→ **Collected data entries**
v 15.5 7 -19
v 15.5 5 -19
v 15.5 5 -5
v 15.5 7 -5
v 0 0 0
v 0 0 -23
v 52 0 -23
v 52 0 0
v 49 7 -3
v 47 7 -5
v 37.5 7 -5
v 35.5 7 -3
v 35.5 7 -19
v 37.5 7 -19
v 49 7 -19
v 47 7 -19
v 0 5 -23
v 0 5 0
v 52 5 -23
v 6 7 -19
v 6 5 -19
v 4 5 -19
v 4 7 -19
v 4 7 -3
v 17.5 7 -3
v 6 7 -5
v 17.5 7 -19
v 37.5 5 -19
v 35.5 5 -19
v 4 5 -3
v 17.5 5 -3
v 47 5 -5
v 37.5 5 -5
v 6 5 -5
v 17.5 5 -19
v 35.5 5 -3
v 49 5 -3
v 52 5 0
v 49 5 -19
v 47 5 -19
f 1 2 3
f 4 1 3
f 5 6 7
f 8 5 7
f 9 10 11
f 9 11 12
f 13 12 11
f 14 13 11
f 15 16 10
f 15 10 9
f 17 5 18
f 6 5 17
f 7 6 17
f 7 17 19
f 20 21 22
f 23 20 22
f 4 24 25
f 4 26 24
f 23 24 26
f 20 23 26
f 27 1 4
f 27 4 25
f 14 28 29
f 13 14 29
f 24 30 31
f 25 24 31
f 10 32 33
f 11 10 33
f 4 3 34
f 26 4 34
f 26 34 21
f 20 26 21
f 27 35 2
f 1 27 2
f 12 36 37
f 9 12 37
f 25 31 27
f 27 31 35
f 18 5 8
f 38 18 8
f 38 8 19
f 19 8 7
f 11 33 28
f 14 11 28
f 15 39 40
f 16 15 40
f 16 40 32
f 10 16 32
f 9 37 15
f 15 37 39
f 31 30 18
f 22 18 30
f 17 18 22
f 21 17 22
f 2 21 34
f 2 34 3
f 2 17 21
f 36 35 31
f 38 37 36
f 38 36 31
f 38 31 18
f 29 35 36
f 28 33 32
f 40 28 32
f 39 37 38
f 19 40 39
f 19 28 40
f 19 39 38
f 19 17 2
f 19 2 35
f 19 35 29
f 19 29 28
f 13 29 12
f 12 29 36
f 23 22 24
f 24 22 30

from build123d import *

# Parameters (mm, degrees)
SKETCH1_W           = 52
SKETCH1_H           = 23
BOSS_EXTRUDE1_DEPTH = 5
BOSS_EXTRUDE2_DEPTH = 2


with BuildPart() as part:
    # Sketch1 → Boss-Extrude1 (new body)
    with BuildSketch(Plane(origin=(0, 0, 0), x_dir=(1, 0, 0), z_dir=(0, 1, 0))):
        with Locations((26, 11.5)):
            Rectangle(SKETCH1_W, SKETCH1_H)
    extrude(amount=BOSS_EXTRUDE1_DEPTH)

    # Sketch2 → Boss-Extrude2 (add)
    with BuildSketch(Plane(origin=(0, 5, 0), x_dir=(1, 0, 0), z_dir=(0, 1, 0))):
        Polygon((47, 5), (37.5, 5), (37.5, 19), (35.5, 19), (35.5, 3), (49, 3), (49, 19), (47, 19), align=None)
        Polygon((4, 19), (4, 3), (17.5, 3), (17.5, 19), (15.5, 19), (15.5, 5), (6, 5), (6, 19), align=None)
    extrude(amount=BOSS_EXTRUDE2_DEPTH)


solid = part.part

→ **REQUIRED WORK**
Copy out all of the records, keeping every line identical.

→ **SOLUTION TO THIS PROBLEM**
v 15.5 7 -19
v 15.5 5 -19
v 15.5 5 -5
v 15.5 7 -5
v 0 0 0
v 0 0 -23
v 52 0 -23
v 52 0 0
v 49 7 -3
v 47 7 -5
v 37.5 7 -5
v 35.5 7 -3
v 35.5 7 -19
v 37.5 7 -19
v 49 7 -19
v 47 7 -19
v 0 5 -23
v 0 5 0
v 52 5 -23
v 6 7 -19
v 6 5 -19
v 4 5 -19
v 4 7 -19
v 4 7 -3
v 17.5 7 -3
v 6 7 -5
v 17.5 7 -19
v 37.5 5 -19
v 35.5 5 -19
v 4 5 -3
v 17.5 5 -3
v 47 5 -5
v 37.5 5 -5
v 6 5 -5
v 17.5 5 -19
v 35.5 5 -3
v 49 5 -3
v 52 5 0
v 49 5 -19
v 47 5 -19
f 1 2 3
f 4 1 3
f 5 6 7
f 8 5 7
f 9 10 11
f 9 11 12
f 13 12 11
f 14 13 11
f 15 16 10
f 15 10 9
f 17 5 18
f 6 5 17
f 7 6 17
f 7 17 19
f 20 21 22
f 23 20 22
f 4 24 25
f 4 26 24
f 23 24 26
f 20 23 26
f 27 1 4
f 27 4 25
f 14 28 29
f 13 14 29
f 24 30 31
f 25 24 31
f 10 32 33
f 11 10 33
f 4 3 34
f 26 4 34
f 26 34 21
f 20 26 21
f 27 35 2
f 1 27 2
f 12 36 37
f 9 12 37
f 25 31 27
f 27 31 35
f 18 5 8
f 38 18 8
f 38 8 19
f 19 8 7
f 11 33 28
f 14 11 28
f 15 39 40
f 16 15 40
f 16 40 32
f 10 16 32
f 9 37 15
f 15 37 39
f 31 30 18
f 22 18 30
f 17 18 22
f 21 17 22
f 2 21 34
f 2 34 3
f 2 17 21
f 36 35 31
f 38 37 36
f 38 36 31
f 38 31 18
f 29 35 36
f 28 33 32
f 40 28 32
f 39 37 38
f 19 40 39
f 19 28 40
f 19 39 38
f 19 17 2
f 19 2 35
f 19 35 29
f 19 29 28
f 13 29 12
f 12 29 36
f 23 22 24
f 24 22 30

from build123d import *

# Parameters (mm, degrees)
SKETCH1_W           = 52
SKETCH1_H           = 23
BOSS_EXTRUDE1_DEPTH = 5
BOSS_EXTRUDE2_DEPTH = 2


with BuildPart() as part:
    # Sketch1 → Boss-Extrude1 (new body)
    with BuildSketch(Plane(origin=(0, 0, 0), x_dir=(1, 0, 0), z_dir=(0, 1, 0))):
        with Locations((26, 11.5)):
            Rectangle(SKETCH1_W, SKETCH1_H)
    extrude(amount=BOSS_EXTRUDE1_DEPTH)

    # Sketch2 → Boss-Extrude2 (add)
    with BuildSketch(Plane(origin=(0, 5, 0), x_dir=(1, 0, 0), z_dir=(0, 1, 0))):
        Polygon((47, 5), (37.5, 5), (37.5, 19), (35.5, 19), (35.5, 3), (49, 3), (49, 19), (47, 19), align=None)
        Polygon((4, 19), (4, 3), (17.5, 3), (17.5, 19), (15.5, 19), (15.5, 5), (6, 5), (6, 19), align=None)
    extrude(amount=BOSS_EXTRUDE2_DEPTH)


solid = part.part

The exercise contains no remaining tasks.